* Task to carry out: This exercise calls for every record to be set down again, exactly and in full.

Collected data

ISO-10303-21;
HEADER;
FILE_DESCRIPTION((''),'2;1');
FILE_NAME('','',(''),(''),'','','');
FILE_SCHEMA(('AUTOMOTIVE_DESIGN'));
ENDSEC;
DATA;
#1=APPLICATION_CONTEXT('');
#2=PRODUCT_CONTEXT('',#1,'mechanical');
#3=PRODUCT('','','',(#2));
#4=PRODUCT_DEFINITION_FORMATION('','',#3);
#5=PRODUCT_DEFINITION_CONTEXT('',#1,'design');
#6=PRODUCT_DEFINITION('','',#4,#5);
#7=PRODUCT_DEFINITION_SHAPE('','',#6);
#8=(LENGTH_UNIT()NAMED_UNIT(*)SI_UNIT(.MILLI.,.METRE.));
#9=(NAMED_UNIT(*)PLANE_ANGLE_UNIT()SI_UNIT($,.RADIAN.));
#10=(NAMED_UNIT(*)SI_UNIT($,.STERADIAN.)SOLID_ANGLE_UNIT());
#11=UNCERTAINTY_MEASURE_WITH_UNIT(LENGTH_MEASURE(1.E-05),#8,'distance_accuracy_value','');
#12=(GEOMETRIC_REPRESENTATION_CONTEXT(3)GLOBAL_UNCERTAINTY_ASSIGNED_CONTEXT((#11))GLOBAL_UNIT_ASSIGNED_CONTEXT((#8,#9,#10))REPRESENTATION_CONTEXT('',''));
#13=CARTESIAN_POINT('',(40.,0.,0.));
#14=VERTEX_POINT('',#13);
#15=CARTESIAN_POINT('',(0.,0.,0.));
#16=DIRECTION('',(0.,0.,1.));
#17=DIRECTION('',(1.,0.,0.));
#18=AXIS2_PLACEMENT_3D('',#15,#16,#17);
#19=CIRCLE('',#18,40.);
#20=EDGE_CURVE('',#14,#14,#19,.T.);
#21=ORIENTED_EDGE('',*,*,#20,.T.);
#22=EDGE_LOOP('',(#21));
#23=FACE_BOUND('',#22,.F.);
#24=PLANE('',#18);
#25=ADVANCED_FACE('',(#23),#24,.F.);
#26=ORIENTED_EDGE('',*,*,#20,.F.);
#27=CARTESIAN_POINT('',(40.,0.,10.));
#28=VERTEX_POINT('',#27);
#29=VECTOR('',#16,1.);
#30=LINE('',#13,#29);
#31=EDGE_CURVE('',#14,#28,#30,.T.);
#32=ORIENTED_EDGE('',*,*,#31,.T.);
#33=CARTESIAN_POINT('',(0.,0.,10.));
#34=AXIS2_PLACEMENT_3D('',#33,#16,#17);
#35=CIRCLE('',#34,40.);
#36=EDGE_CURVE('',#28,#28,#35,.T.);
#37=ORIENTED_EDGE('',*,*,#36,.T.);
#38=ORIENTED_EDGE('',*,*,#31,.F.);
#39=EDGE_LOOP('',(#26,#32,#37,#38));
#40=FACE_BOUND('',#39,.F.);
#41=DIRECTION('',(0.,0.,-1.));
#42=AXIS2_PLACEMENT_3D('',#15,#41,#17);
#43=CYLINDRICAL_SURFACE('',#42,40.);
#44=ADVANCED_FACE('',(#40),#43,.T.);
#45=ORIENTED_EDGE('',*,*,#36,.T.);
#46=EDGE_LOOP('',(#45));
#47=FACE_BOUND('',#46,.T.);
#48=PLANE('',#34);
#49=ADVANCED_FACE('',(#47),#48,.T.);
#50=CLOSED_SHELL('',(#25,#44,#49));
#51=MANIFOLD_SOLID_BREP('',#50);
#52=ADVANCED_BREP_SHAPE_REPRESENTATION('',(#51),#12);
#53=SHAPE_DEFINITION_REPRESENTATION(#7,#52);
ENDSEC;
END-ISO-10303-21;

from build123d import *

# Parameters (mm, degrees)
SKIZZE1_R                       = 40
AUFSATZ_LINEAR_AUSTRAGEN1_DEPTH = 10


with BuildPart() as part:
    # Skizze1 → Aufsatz-Linear austragen1 (new body)
    with BuildSketch(Plane.XY):
        Circle(SKIZZE1_R)
    extrude(amount=AUFSATZ_LINEAR_AUSTRAGEN1_DEPTH)


solid = part.part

* Response:
ISO-10303-21;
HEADER;
FILE_DESCRIPTION((''),'2;1');
FILE_NAME('','',(''),(''),'','','');
FILE_SCHEMA(('AUTOMOTIVE_DESIGN'));
ENDSEC;
DATA;
#1=APPLICATION_CONTEXT('');
#2=PRODUCT_CONTEXT('',#1,'mechanical');
#3=PRODUCT('','','',(#2));
#4=PRODUCT_DEFINITION_FORMATION('','',#3);
#5=PRODUCT_DEFINITION_CONTEXT('',#1,'design');
#6=PRODUCT_DEFINITION('','',#4,#5);
#7=PRODUCT_DEFINITION_SHAPE('','',#6);
#8=(LENGTH_UNIT()NAMED_UNIT(*)SI_UNIT(.MILLI.,.METRE.));
#9=(NAMED_UNIT(*)PLANE_ANGLE_UNIT()SI_UNIT($,.RADIAN.));
#10=(NAMED_UNIT(*)SI_UNIT($,.STERADIAN.)SOLID_ANGLE_UNIT());
#11=UNCERTAINTY_MEASURE_WITH_UNIT(LENGTH_MEASURE(1.E-05),#8,'distance_accuracy_value','');
#12=(GEOMETRIC_REPRESENTATION_CONTEXT(3)GLOBAL_UNCERTAINTY_ASSIGNED_CONTEXT((#11))GLOBAL_UNIT_ASSIGNED_CONTEXT((#8,#9,#10))REPRESENTATION_CONTEXT('',''));
#13=CARTESIAN_POINT('',(40.,0.,0.));
#14=VERTEX_POINT('',#13);
#15=CARTESIAN_POINT('',(0.,0.,0.));
#16=DIRECTION('',(0.,0.,1.));
#17=DIRECTION('',(1.,0.,0.));
#18=AXIS2_PLACEMENT_3D('',#15,#16,#17);
#19=CIRCLE('',#18,40.);
#20=EDGE_CURVE('',#14,#14,#19,.T.);
#21=ORIENTED_EDGE('',*,*,#20,.T.);
#22=EDGE_LOOP('',(#21));
#23=FACE_BOUND('',#22,.F.);
#24=PLANE('',#18);
#25=ADVANCED_FACE('',(#23),#24,.F.);
#26=ORIENTED_EDGE('',*,*,#20,.F.);
#27=CARTESIAN_POINT('',(40.,0.,10.));
#28=VERTEX_POINT('',#27);
#29=VECTOR('',#16,1.);
#30=LINE('',#13,#29);
#31=EDGE_CURVE('',#14,#28,#30,.T.);
#32=ORIENTED_EDGE('',*,*,#31,.T.);
#33=CARTESIAN_POINT('',(0.,0.,10.));
#34=AXIS2_PLACEMENT_3D('',#33,#16,#17);
#35=CIRCLE('',#34,40.);
#36=EDGE_CURVE('',#28,#28,#35,.T.);
#37=ORIENTED_EDGE('',*,*,#36,.T.);
#38=ORIENTED_EDGE('',*,*,#31,.F.);
#39=EDGE_LOOP('',(#26,#32,#37,#38));
#40=FACE_BOUND('',#39,.F.);
#41=DIRECTION('',(0.,0.,-1.));
#42=AXIS2_PLACEMENT_3D('',#15,#41,#17);
#43=CYLINDRICAL_SURFACE('',#42,40.);
#44=ADVANCED_FACE('',(#40),#43,.T.);
#45=ORIENTED_EDGE('',*,*,#36,.T.);
#46=EDGE_LOOP('',(#45));
#47=FACE_BOUND('',#46,.T.);
#48=PLANE('',#34);
#49=ADVANCED_FACE('',(#47),#48,.T.);
#50=CLOSED_SHELL('',(#25,#44,#49));
#51=MANIFOLD_SOLID_BREP('',#50);
#52=ADVANCED_BREP_SHAPE_REPRESENTATION('',(#51),#12);
#53=SHAPE_DEFINITION_REPRESENTATION(#7,#52);
ENDSEC;
END-ISO-10303-21;

from build123d import *

# Parameters (mm, degrees)
SKIZZE1_R                       = 40
AUFSATZ_LINEAR_AUSTRAGEN1_DEPTH = 10


with BuildPart() as part:
    # Skizze1 → Aufsatz-Linear austragen1 (new body)
    with BuildSketch(Plane.XY):
        Circle(SKIZZE1_R)
    extrude(amount=AUFSATZ_LINEAR_AUSTRAGEN1_DEPTH)


solid = part.part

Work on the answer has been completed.